512 Bit unsigned integer

Has anyone come across a lightweight implementation of a 512-bit unsigned integer that can be used on the device?

My problem with the implementations I have found (if they work at all :'( )is that they will often be very inefficient, especially when it comes to memory. Since using compute 6.1 I only have 255 registers per thread I can’t afford to use too many big ints per thread.

If someone can provide some insight from their own endeavors or give me some ideas on how to proceed I would be very thankful!

Here are a few resources:

  • question on SO
  • question on these forums, I imagine there is a straightforward extension of the 256-bit ninja stuff there to 512 bits (here is 128 bit version)
  • xmp/cgbn

If it were me, I would start with xmp/cgbn, and then look at the ninja stuff by njuffa only if needed.

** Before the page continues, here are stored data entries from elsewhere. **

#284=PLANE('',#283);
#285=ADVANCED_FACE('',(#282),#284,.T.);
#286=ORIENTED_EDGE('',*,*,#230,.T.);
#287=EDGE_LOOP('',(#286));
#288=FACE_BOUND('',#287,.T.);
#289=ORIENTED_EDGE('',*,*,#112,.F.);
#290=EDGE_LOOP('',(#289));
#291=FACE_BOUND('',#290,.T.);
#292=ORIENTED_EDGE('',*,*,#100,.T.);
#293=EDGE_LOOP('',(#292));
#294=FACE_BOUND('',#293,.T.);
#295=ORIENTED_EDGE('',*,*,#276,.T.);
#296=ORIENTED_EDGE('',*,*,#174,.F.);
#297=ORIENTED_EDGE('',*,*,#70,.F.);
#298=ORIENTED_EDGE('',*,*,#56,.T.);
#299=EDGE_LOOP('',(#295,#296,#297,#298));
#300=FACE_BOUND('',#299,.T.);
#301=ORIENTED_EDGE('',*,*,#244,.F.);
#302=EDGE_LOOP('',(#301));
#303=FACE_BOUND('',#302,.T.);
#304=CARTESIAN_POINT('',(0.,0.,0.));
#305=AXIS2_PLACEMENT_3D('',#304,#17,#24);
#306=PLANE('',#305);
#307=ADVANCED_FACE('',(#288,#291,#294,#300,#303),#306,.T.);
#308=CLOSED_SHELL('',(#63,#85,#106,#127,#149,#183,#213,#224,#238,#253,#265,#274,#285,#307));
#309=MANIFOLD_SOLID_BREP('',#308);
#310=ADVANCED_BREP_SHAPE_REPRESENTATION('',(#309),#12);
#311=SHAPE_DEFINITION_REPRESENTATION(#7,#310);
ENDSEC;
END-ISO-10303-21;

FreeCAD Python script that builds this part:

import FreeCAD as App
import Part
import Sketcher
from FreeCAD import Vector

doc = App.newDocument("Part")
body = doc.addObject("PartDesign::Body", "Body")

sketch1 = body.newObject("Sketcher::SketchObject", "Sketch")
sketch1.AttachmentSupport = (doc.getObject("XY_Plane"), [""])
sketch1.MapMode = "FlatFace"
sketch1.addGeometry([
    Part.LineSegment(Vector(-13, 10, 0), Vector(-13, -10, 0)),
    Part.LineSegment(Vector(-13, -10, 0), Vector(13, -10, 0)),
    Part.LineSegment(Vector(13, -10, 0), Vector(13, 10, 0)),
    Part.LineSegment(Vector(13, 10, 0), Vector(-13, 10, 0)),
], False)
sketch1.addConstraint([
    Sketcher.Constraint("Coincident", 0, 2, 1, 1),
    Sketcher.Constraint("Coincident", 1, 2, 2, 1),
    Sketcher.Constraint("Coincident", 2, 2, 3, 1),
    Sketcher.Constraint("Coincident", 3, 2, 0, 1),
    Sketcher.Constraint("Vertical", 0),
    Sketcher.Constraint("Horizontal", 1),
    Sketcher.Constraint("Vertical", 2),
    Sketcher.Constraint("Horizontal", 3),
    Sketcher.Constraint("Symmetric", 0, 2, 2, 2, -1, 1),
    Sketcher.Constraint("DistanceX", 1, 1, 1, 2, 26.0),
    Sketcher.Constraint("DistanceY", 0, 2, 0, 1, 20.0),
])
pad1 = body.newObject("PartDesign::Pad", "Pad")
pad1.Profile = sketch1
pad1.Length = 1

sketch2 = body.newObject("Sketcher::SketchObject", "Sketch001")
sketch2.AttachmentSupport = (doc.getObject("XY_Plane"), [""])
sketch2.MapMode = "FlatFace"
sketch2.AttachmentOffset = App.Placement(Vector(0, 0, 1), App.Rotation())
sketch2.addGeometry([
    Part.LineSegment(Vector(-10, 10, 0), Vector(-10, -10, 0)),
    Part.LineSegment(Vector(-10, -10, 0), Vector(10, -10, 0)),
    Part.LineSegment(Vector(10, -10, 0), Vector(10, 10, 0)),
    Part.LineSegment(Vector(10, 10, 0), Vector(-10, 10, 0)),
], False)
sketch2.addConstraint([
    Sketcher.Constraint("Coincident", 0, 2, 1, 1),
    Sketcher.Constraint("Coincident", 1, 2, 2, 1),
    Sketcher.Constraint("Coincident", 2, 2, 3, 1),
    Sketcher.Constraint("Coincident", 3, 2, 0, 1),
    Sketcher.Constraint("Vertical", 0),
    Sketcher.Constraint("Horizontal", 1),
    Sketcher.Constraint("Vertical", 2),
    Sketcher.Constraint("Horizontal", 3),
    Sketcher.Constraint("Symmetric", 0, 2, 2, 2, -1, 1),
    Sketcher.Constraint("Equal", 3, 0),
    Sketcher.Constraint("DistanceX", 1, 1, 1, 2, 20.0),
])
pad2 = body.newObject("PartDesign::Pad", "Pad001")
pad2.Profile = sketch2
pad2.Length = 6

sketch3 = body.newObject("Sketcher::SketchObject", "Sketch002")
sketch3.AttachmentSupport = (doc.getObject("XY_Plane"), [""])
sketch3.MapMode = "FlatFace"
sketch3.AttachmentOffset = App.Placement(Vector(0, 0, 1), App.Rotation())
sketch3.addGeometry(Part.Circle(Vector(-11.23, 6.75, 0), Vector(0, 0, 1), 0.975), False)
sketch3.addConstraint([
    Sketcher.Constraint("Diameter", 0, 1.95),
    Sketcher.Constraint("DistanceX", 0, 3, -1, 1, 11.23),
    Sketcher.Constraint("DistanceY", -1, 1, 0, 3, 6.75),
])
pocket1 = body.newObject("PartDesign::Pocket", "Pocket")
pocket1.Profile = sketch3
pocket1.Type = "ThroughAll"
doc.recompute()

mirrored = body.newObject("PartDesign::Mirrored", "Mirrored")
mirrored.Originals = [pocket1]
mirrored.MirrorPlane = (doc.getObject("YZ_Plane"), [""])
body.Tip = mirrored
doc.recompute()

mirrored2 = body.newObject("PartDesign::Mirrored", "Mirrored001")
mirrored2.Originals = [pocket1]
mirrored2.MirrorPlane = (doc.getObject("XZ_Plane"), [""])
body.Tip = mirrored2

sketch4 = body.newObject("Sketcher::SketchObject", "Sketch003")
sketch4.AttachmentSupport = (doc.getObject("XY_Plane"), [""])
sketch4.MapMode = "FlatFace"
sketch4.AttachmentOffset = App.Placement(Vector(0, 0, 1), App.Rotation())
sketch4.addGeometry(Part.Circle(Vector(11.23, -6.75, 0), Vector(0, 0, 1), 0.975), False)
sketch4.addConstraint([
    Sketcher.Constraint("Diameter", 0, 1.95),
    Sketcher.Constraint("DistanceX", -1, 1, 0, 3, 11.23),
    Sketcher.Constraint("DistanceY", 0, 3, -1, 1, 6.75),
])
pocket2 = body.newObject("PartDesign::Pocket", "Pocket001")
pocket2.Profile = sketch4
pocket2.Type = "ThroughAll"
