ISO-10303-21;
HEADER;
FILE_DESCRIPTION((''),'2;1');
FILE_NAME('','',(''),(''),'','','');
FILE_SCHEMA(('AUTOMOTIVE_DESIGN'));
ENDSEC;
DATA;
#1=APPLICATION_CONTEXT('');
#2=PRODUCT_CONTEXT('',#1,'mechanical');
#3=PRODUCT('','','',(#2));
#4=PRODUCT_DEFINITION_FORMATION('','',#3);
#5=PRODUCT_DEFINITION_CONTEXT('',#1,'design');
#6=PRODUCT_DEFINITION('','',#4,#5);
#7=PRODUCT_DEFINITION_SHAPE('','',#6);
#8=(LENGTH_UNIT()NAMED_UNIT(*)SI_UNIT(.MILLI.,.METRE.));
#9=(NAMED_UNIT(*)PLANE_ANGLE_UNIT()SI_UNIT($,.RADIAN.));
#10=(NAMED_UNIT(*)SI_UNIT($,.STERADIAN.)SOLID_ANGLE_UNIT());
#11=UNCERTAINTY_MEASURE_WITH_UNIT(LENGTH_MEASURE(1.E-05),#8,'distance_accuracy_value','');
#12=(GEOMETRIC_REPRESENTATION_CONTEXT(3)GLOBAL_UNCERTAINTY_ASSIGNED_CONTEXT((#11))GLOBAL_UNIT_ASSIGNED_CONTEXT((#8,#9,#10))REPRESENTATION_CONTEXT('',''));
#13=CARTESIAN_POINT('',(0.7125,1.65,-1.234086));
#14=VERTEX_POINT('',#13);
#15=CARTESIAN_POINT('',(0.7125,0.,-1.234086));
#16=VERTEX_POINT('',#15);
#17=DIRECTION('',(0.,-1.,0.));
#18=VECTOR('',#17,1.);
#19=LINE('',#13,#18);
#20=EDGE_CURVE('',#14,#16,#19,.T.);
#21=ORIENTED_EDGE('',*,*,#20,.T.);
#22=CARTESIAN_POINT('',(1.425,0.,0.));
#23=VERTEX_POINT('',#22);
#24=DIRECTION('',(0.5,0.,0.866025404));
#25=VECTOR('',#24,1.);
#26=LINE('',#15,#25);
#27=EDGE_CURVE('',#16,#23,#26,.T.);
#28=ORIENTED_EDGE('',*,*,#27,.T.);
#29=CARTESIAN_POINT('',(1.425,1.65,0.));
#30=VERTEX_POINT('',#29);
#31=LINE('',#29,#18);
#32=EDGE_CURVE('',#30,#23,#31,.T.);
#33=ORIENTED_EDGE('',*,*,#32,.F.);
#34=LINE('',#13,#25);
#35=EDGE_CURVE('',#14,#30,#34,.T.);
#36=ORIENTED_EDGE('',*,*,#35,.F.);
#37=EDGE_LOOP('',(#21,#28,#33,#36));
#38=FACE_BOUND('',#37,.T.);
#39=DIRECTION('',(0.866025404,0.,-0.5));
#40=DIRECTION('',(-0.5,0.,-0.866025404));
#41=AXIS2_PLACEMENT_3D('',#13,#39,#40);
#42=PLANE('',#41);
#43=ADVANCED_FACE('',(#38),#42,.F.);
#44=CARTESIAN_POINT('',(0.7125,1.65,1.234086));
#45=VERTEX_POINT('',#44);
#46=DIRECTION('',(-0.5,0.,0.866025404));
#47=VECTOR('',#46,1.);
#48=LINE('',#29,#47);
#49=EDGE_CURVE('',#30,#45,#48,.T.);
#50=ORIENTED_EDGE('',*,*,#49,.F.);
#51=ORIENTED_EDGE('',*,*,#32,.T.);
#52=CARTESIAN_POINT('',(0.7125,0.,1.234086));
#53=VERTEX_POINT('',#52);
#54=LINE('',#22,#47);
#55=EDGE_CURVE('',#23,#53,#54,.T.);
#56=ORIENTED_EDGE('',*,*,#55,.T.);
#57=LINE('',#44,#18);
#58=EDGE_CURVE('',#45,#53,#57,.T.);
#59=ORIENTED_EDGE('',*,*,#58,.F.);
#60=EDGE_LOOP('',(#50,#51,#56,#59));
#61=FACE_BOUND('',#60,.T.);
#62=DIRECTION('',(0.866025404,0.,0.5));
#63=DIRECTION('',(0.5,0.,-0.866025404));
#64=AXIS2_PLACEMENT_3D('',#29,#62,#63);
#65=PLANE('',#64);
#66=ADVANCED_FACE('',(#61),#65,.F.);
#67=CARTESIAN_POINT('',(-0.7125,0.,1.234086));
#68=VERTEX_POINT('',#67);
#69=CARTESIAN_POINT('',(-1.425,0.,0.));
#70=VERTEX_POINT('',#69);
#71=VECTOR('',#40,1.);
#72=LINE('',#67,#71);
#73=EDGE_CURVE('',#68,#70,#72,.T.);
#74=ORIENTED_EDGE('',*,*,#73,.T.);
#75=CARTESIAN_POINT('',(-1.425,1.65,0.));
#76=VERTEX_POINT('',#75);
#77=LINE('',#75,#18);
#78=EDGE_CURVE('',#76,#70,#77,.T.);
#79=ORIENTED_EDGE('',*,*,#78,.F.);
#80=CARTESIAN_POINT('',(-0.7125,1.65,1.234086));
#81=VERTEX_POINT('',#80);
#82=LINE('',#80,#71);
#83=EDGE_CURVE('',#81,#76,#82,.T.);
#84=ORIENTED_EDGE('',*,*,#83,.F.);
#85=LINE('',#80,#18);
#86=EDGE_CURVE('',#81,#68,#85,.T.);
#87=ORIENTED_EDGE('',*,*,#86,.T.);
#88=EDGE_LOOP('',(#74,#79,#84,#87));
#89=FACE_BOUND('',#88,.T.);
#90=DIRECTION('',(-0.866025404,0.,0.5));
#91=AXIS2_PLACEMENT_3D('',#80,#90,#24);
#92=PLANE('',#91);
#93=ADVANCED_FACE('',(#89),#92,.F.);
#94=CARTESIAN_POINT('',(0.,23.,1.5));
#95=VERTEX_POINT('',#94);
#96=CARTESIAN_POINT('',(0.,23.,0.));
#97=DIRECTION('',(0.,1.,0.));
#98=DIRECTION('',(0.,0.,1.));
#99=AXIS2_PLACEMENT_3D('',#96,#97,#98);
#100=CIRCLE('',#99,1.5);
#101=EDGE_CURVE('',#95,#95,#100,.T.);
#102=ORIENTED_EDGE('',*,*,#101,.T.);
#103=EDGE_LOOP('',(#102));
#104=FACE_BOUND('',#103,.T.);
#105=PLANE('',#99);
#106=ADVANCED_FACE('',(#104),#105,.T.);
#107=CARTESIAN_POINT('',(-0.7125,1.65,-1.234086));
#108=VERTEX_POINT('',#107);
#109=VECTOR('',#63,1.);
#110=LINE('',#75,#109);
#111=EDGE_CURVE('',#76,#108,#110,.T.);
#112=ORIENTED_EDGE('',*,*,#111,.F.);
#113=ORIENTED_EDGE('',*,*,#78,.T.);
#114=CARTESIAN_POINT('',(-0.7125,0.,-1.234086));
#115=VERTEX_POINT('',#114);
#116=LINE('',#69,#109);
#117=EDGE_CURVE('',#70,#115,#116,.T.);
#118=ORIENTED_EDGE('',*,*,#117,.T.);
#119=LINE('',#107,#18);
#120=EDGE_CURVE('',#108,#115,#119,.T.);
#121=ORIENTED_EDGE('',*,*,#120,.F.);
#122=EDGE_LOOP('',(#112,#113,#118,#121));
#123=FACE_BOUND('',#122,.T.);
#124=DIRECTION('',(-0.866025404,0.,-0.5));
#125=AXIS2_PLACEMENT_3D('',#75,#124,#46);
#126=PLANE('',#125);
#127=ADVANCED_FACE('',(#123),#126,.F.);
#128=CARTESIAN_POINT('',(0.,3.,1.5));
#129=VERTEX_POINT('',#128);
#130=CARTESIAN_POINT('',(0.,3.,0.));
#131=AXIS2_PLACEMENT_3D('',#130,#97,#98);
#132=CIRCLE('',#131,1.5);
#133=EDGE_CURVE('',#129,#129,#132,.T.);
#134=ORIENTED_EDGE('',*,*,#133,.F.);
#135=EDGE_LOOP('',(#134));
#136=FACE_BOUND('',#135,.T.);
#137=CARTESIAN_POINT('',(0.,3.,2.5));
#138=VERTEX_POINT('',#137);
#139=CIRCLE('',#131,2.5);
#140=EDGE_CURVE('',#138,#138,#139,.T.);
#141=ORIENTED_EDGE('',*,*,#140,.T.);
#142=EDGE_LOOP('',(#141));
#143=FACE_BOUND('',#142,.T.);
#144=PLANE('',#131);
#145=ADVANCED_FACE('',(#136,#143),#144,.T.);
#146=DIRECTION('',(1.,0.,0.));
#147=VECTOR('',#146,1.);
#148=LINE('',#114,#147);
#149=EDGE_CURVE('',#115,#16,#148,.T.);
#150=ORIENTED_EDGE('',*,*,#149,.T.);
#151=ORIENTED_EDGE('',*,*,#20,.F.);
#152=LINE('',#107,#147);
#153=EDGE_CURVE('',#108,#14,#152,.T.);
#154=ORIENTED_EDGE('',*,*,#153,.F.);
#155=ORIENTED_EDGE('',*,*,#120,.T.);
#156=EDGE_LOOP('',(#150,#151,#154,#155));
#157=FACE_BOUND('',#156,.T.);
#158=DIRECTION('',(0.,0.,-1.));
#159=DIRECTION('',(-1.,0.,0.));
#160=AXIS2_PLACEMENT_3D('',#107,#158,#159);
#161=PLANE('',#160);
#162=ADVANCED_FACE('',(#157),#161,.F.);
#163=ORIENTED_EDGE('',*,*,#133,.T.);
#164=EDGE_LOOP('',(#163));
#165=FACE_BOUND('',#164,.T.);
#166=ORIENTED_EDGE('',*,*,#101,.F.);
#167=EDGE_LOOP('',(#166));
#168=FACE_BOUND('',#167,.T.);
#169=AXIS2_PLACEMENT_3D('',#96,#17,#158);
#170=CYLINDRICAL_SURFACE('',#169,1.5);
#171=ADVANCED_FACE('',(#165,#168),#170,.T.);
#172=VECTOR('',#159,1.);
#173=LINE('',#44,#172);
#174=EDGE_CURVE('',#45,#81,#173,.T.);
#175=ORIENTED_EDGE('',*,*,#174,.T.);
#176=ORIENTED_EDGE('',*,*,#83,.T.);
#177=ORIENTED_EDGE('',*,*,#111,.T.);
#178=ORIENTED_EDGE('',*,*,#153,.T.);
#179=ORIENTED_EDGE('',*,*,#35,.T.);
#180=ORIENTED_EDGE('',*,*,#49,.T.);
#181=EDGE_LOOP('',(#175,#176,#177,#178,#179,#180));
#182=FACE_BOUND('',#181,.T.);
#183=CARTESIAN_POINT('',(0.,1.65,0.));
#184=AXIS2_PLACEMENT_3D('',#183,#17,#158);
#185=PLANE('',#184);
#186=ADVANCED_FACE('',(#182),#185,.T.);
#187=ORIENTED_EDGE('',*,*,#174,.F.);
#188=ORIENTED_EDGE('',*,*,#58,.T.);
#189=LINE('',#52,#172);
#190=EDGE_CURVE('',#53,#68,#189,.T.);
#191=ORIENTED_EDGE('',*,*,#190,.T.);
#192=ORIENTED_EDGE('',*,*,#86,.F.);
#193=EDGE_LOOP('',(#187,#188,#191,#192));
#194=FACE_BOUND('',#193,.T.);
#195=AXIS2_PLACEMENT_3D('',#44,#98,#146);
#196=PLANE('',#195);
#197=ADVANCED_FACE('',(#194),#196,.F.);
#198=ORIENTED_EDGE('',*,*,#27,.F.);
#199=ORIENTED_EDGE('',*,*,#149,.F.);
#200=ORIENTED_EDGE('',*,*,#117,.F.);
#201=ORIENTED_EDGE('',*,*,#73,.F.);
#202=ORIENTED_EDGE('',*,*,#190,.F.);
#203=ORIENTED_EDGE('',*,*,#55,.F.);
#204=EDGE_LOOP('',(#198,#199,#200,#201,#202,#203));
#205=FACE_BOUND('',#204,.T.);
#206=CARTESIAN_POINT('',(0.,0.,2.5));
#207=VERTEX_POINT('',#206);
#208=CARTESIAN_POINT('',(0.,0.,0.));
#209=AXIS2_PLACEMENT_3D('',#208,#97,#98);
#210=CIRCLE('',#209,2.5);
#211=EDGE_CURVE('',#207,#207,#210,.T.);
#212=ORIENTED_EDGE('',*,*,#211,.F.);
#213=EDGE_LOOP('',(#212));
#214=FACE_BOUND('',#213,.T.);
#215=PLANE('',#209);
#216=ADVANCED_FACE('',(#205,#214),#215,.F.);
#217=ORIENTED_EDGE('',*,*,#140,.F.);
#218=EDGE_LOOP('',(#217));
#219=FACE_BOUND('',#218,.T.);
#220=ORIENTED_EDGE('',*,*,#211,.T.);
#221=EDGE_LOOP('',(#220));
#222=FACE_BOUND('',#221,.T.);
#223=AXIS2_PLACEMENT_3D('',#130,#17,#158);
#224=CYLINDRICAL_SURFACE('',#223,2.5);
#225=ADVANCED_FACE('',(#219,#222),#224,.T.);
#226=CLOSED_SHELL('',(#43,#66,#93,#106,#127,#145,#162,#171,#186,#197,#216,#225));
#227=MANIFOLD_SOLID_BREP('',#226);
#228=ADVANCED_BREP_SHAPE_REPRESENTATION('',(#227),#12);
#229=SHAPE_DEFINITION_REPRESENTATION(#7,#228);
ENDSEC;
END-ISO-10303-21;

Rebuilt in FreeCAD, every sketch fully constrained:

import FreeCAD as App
import Part
import Sketcher
Q = App.Units.Quantity


def add_polygon(sketch, points):
    """Adds a closed chain of lines whose ends are joined by coincident constraints."""
    first, n = sketch.GeometryCount, len(points)
    for a, b in zip(points, points[1:] + points[:1]):
        sketch.addGeometry(Part.LineSegment(App.Vector(*a, 0), App.Vector(*b, 0)), False)
    for i in range(n):
        sketch.addConstraint(Sketcher.Constraint("Coincident", first + i, 2, first + (i + 1) % n, 1))

doc = App.newDocument("Part")
body = doc.addObject("PartDesign::Body", "Body")

# Sketch on XZ plane
sketch1 = body.newObject("Sketcher::SketchObject", "Sketch")
sketch1.AttachmentSupport = (doc.getObject("XZ_Plane"), [""])
sketch1.MapMode = "FlatFace"
sketch1.addGeometry(Part.Circle(App.Vector(0, 0, 0), App.Vector(0, 0, 1), 2.5), False)
sketch1.addConstraint(Sketcher.Constraint("Coincident", 0, 3, -1, 1))
sketch1.addConstraint(Sketcher.Constraint("Diameter", 0, 5.0))
pad1 = body.newObject("PartDesign::Pad", "Pad")
pad1.Profile = sketch1
pad1.Length = 3
pad1.Reversed = True

# Sketch on XZ plane
sketch2 = body.newObject("Sketcher::SketchObject", "Sketch001")
sketch2.AttachmentSupport = (doc.getObject("XZ_Plane"), [""])
sketch2.MapMode = "FlatFace"
sketch2.AttachmentOffset = App.Placement(App.Vector(0, 0, -3), App.Rotation())
sketch2.addGeometry(Part.Circle(App.Vector(0, 0, 0), App.Vector(0, 0, 1), 1.5), False)
sketch2.addConstraint(Sketcher.Constraint("Coincident", 0, 3, -1, 1))
sketch2.addConstraint(Sketcher.Constraint("Diameter", 0, 3.0))
pad2 = body.newObject("PartDesign::Pad", "Pad001")
pad2.Profile = sketch2
pad2.Length = 20
pad2.Reversed = True

# Sketch on XZ plane
sketch3 = body.newObject("Sketcher::SketchObject", "Sketch002")
sketch3.AttachmentSupport = (doc.getObject("XZ_Plane"), [""])
sketch3.MapMode = "FlatFace"
add_polygon(sketch3, [(1.4, 0), (0.7, 1.2), (-0.7, 1.2), (-1.4, 0), (-0.7, -1.2), (0.7, -1.2)])  # lines 0-5
sketch3.addConstraint(Sketcher.Constraint("Horizontal", 1))
sketch3.addConstraint(Sketcher.Constraint("Horizontal", 4))
sketch3.addConstraint(Sketcher.Constraint("Symmetric", 0, 2, 3, 2, -1, 1))
sketch3.addConstraint(Sketcher.Constraint("Symmetric", 2, 2, 5, 2, -1, 1))
sketch3.addConstraint(Sketcher.Constraint("PointOnObject", 2, 2, -1))
sketch3.addConstraint(Sketcher.Constraint("Parallel", 2, 5))
sketch3.addConstraint(Sketcher.Constraint("Vertical", 1, 2, 3, 2))
sketch3.addConstraint(Sketcher.Constraint("Angle", 0, Q("120 deg")))
sketch3.addConstraint(Sketcher.Constraint("DistanceX", 1, 2, 1, 1, 1.425))
sketch3.addConstraint(Sketcher.Constraint("DistanceX", 2, 2, 5, 2, 2.85))
pocket1 = body.newObject("PartDesign::Pocket", "Pocket")
pocket1.Profile = sketch3
pocket1.Length = 1.65

doc.recompute()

I wouldn’t start out on this road by worrying about register usage. You don’t have direct control over that anyway. Assuming that registers limit your options is not supportable. And I don’t know how you assess efficiency without building test cases. Unless you are a compiler genius.

1 Like

I am currently using my fork of https://github.com/blawar/biginteger/blob/master/integer.h, with some modifications to get it running on cuda/compile in the first place. I am targeting workgroups of 1024 Threads to maximize utilization. The problem is that the operations I need (powmod) end up using too many registers. (at least that’s what nvcc tells me)
I have looked into the SO and forum post, and yes they are definitely good options if I end up implementing it myself. I was hoping someone else had come across this problem before and had a handy solution.
I have looked into xmp/cgbn, but they both seem kind of overkill for my problem.

Thanks for taking your time to answer my question.

This is controllable. Just use the tools nvcc offers to limit registers per thread usage. Yes, it will probably have perf implications, but that is a logical starting point. I would evaluate that first if I had made that kind of investment in a code base.

How would that work? if I limit the number of registers, won’t the computation just fail in the first place? I mean it used too many registers per thread, not too many registers in total.

You said this:

Can you be more specific? Specifically, can you copy and paste the nvcc output you are referring to into this thread?

For some background, you may want to read this including the comments.

Sure! Here is the output:
Fatal error: kernel (too many resources requested for launch)
Adding the -Xptxas -v option tells me it uses 249 registers per thread.
Maybe I understood the error wrong. Maybe I’m running into the 65k max registers limit not the 255 registers per thread. But in either case, using 249 registers seems super inefficient, but maybe that’s just the way it is? I assume this comes from stuff like having a bunch of temp variables in the computation? or are those released once they go out of the function scope? I don’t really have a lot of experience with this low level gpu programming.

So if you add -maxrregcount 64 to your compile command line, you should be able to make the fatal error go away. Yes, there may be a performance implication, but since your previous attempt was not running at all the comparison may be moot or have to be considered carefully.

If I had invested some time in a code base and ran into that error, that is what I would do first, before throwing everything out and starting over.